Ethermagic Expanded: The Etherknight Base Class (patreon request)
This class clocks in at 46 pages, 1 page front cover, 1 page editorial/ToC, 1 page SRD, leaving us with 43 pages of content, so let’s take a look!
This review was moved up in my reviewing queue at the request of my patreon supporters.
The etherknight base class gets ¾ BAB-progression, good Fort- and Will-saves, d8 HD, 2 + Intelligence modifier skills per level, and they are proficient with simple weapons and void blades as well as light armor and shields, excluding tower shields. The etherknight does not incur arcane spell failure when wielding these. The etherknight begins play with an etherfusion known, and gains another at 2nd level and every 4 levels thereafter. The begin with 3 techniques known, and learn an additional technique on every attained class level. More of these later.
Unsurprisingly for most, this class makes use of the ethermagic engine, which is essentially a refreshing infinite magic source particularly geared towards blasting, and it’s imho still the most unique and rewarding to play infinite blaster for PFRPG. (Kineticists are not infinite blasters.) This pdf works as a stand-alone file, though I do suggest checking out Strange Magic 1 first, as this class is geared towards experienced ethermagic players. (It *IS* complex!)

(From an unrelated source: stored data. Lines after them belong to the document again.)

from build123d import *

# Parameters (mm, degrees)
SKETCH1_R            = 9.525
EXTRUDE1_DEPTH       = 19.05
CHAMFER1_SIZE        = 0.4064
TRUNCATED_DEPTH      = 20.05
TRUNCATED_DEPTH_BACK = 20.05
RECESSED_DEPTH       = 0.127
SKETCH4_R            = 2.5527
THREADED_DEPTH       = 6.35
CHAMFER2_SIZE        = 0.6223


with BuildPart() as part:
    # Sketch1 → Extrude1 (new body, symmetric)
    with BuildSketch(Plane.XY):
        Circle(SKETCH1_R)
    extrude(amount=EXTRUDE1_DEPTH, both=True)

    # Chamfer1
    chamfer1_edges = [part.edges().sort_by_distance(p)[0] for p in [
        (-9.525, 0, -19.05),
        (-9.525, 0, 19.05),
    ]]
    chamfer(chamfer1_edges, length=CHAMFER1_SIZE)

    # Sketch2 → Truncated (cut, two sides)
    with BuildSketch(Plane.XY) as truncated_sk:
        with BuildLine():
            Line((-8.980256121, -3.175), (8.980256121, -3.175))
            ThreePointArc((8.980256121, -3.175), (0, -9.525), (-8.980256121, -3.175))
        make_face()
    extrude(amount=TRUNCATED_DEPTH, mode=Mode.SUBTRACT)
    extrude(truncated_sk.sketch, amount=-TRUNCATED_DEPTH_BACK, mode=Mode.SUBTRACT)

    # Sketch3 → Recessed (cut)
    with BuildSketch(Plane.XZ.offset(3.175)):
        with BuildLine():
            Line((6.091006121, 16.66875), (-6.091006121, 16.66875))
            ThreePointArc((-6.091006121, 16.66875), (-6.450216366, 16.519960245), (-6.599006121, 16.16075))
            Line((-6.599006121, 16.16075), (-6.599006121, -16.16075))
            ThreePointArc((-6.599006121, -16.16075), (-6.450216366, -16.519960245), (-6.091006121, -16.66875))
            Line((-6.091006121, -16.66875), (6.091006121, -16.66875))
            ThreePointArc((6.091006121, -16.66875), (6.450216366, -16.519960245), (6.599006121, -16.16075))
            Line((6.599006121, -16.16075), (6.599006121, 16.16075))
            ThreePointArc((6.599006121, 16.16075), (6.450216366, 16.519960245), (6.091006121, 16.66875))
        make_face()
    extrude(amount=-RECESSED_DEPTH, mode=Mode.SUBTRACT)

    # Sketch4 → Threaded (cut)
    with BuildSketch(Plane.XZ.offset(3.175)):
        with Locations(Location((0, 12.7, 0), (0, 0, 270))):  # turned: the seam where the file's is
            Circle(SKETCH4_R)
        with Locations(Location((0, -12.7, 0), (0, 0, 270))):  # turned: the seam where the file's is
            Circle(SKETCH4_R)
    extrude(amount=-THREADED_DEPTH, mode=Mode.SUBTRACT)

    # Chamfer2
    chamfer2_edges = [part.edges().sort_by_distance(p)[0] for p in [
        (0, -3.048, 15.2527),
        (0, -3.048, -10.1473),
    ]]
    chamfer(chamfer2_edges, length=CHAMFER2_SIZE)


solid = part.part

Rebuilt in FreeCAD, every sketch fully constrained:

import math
import FreeCAD as App
import Part
import Sketcher
Q = App.Units.Quantity


def edges_at(feature, points):
    """Names of the edges that pass closest to the given points."""
    edges = feature.Shape.Edges
    near = lambda p: min(range(len(edges)), key=lambda i: edges[i].distToShape(Part.Vertex(*p))[0])
    return sorted({f"Edge{near(p) + 1}" for p in points})

doc = App.newDocument("Part")
body = doc.addObject("PartDesign::Body", "Body")

# Sketch on XY plane
sketch1 = body.newObject("Sketcher::SketchObject", "Sketch")
sketch1.AttachmentSupport = (doc.getObject("XY_Plane"), [""])
sketch1.MapMode = "FlatFace"
sketch1.addGeometry(Part.Circle(App.Vector(0, 0, 0), App.Vector(0, 0, 1), 10), False)
sketch1.addConstraint(Sketcher.Constraint("Coincident", 0, 3, -1, 1))
sketch1.addConstraint(Sketcher.Constraint("Diameter", 0, Q("0.75 in")))
pad1 = body.newObject("PartDesign::Pad", "Pad")
pad1.Profile = sketch1
pad1.Length = Q("1.5 in")
pad1.Midplane = True
doc.recompute()

chamfer = body.newObject("PartDesign::Chamfer", "Chamfer")
chamfer.Base = (pad1, edges_at(pad1, [(-9.525, 0, -19.05), (-9.525, 0, 19.05)]))
chamfer.Size = Q("0.016 in")

# Sketch on XY plane
sketch2 = body.newObject("Sketcher::SketchObject", "Sketch001")
sketch2.AttachmentSupport = (doc.getObject("XY_Plane"), [""])
sketch2.MapMode = "FlatFace"
sketch2.addGeometry(Part.LineSegment(App.Vector(9, -3, 0), App.Vector(-9, -3, 0)), False)
sketch2.addGeometry(Part.ArcOfCircle(Part.Circle(App.Vector(0, 0, 0), App.Vector(0, 0, 1), 10), math.radians(-161), math.radians(-19)), False)
sketch2.addConstraint(Sketcher.Constraint("Coincident", 0, 1, 1, 2))
sketch2.addConstraint(Sketcher.Constraint("Coincident", 1, 1, 0, 2))
sketch2.addConstraint(Sketcher.Constraint("Horizontal", 0))
sketch2.addConstraint(Sketcher.Constraint("Coincident", 1, 3, -1, 1))
sketch2.addConstraint(Sketcher.Constraint("Radius", 1, Q("0.375 in")))
sketch2.addConstraint(Sketcher.Constraint("DistanceY", 0, 1, -1, 1, Q("0.125 in")))
pocket1 = body.newObject("PartDesign::Pocket", "Pocket")
pocket1.Profile = sketch2
pocket1.Type = "ThroughAll"
pocket1.Midplane = True

# Sketch on XZ plane
sketch3 = body.newObject("Sketcher::SketchObject", "Sketch002")
sketch3.AttachmentSupport = (doc.getObject("XZ_Plane"), [""])
sketch3.MapMode = "FlatFace"
sketch3.AttachmentOffset = App.Placement(App.Vector(0, 0, 0.125 * 25.4), App.Rotation())
sketch3.addGeometry(Part.LineSegment(App.Vector(6.1, 16.7, 0), App.Vector(-6.1, 16.7, 0)), False)
sketch3.addGeometry(Part.ArcOfCircle(Part.Circle(App.Vector(-6.1, 16.2, 0), App.Vector(0, 0, 1), 0.5), math.radians(90), math.radians(180)), False)
sketch3.addGeometry(Part.LineSegment(App.Vector(-6.6, 16.2, 0), App.Vector(-6.6, -16.2, 0)), False)
sketch3.addGeometry(Part.ArcOfCircle(Part.Circle(App.Vector(-6.1, -16.2, 0), App.Vector(0, 0, 1), 0.5), math.radians(180), math.radians(270)), False)
sketch3.addGeometry(Part.LineSegment(App.Vector(-6.1, -16.7, 0), App.Vector(6.1, -16.7, 0)), False)
sketch3.addGeometry(Part.ArcOfCircle(Part.Circle(App.Vector(6.1, -16.2, 0), App.Vector(0, 0, 1), 0.5), math.radians(-90), math.radians(0)), False)
sketch3.addGeometry(Part.LineSegment(App.Vector(6.6, -16.2, 0), App.Vector(6.6, 16.2, 0)), False)
sketch3.addGeometry(Part.ArcOfCircle(Part.Circle(App.Vector(6.1, 16.2, 0), App.Vector(0, 0, 1), 0.5), math.radians(0), math.radians(90)), False)
sketch3.addConstraint(Sketcher.Constraint("Tangent", 0, 2, 1, 1))
sketch3.addConstraint(Sketcher.Constraint("Tangent", 1, 2, 2, 1))
sketch3.addConstraint(Sketcher.Constraint("Tangent", 2, 2, 3, 1))
sketch3.addConstraint(Sketcher.Constraint("Tangent", 3, 2, 4, 1))
sketch3.addConstraint(Sketcher.Constraint("Tangent", 4, 2, 5, 1))
sketch3.addConstraint(Sketcher.Constraint("Tangent", 5, 2, 6, 1))
sketch3.addConstraint(Sketcher.Constraint("Tangent", 6, 2, 7, 1))
sketch3.addConstraint(Sketcher.Constraint("Tangent", 7, 2, 0, 1))
sketch3.addConstraint(Sketcher.Constraint("Horizontal", 0))
sketch3.addConstraint(Sketcher.Constraint("Vertical", 2))
sketch3.addConstraint(Sketcher.Constraint("Horizontal", 4))
sketch3.addConstraint(Sketcher.Constraint("Vertical", 6))
sketch3.addConstraint(Sketcher.Constraint("Equal", 1, 3))
sketch3.addConstraint(Sketcher.Constraint("Equal", 3, 5))
sketch3.addConstraint(Sketcher.Constraint("Equal", 5, 7))
sketch3.addConstraint(Sketcher.Constraint("Symmetric", 1, 3, 5, 3, -1, 1))
sketch3.addConstraint(Sketcher.Constraint("Radius", 1, Q("0.02 in")))
sketch3.addConstraint(Sketcher.Constraint("DistanceY", 2, 2, 2, 1, Q("1.2725 in")))
sketch3.addConstraint(Sketcher.Constraint("DistanceX", 0, 2, 0, 1, Q("12.182012 mm")))
pocket2 = body.newObject("PartDesign::Pocket", "Pocket001")
pocket2.Profile = sketch3
pocket2.Length = Q("0.005 in")

# Sketch on XZ plane
sketch4 = body.newObject("Sketcher::SketchObject", "Sketch003")
sketch4.AttachmentSupport = (doc.getObject("XZ_Plane"), [""])
sketch4.MapMode = "FlatFace"
sketch4.AttachmentOffset = App.Placement(App.Vector(0, 0, 0.125 * 25.4), App.Rotation())
sketch4.addGeometry(Part.Circle(App.Vector(0, 12.7, 0), App.Vector(0, 0, 1), 2.6), False)
sketch4.addGeometry(Part.Circle(App.Vector(0, -12.7, 0), App.Vector(0, 0, 1), 2.6), False)
sketch4.addConstraint(Sketcher.Constraint("Equal", 0, 1))
sketch4.addConstraint(Sketcher.Constraint("Symmetric", 0, 3, 1, 3, -1, 1))
sketch4.addConstraint(Sketcher.Constraint("PointOnObject", 0, 3, -2))
sketch4.addConstraint(Sketcher.Constraint("Diameter", 0, Q("0.201 in")))
sketch4.addConstraint(Sketcher.Constraint("DistanceY", 1, 3, 0, 3, Q("1 in")))
pocket3 = body.newObject("PartDesign::Pocket", "Pocket002")
pocket3.Profile = sketch4
pocket3.Length = Q("0.25 in")
doc.recompute()

chamfer2 = body.newObject("PartDesign::Chamfer", "Chamfer001")
chamfer2.Base = (pocket3, edges_at(pocket3, [(0, -3.048, 15.253), (0, -3.048, -10.147)]))
chamfer2.Size = Q("0.0245 in")

doc.recompute()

Balance-wise, the ethermagic framework uses its resource as a refreshing resource per round, and power-level-wise, the class works sufficiently tightly to not unbalance even more conservative games. Ethermagic is measured in EP (ether points), and an etherknight has class level + Charisma modifier EP. The etherknight regains 1/3 their class level (rounded up – important!) every round. Ethermagic consists of two components – the etherheart (which is a kind of core template/theme) and the manifestation, which modifies the respective ethermagic. Alterations have different manifestations than e.g. voidmelds. The etherknight gets two etherhearts: Alterations, which are used for (self-) buffing, and voidmeld. Alterations are old companions for ethermagic users; they cast as a standard action, and have an EP cost of 1 + ¼ class level, rounded down. The etherknight gains them at 5th level, and the etherknight gets an additional alteration every odd level beyond. Voidmelds are cast as a swift action and have a duration of 1 round/level, with an EP cost of 1 + ¼ caster level, rounded down. I am pretty sure that this should be class level. The etherknight begins play with 2 voidmelds known, and gains an additional one at 2nd level and every even level thereafter.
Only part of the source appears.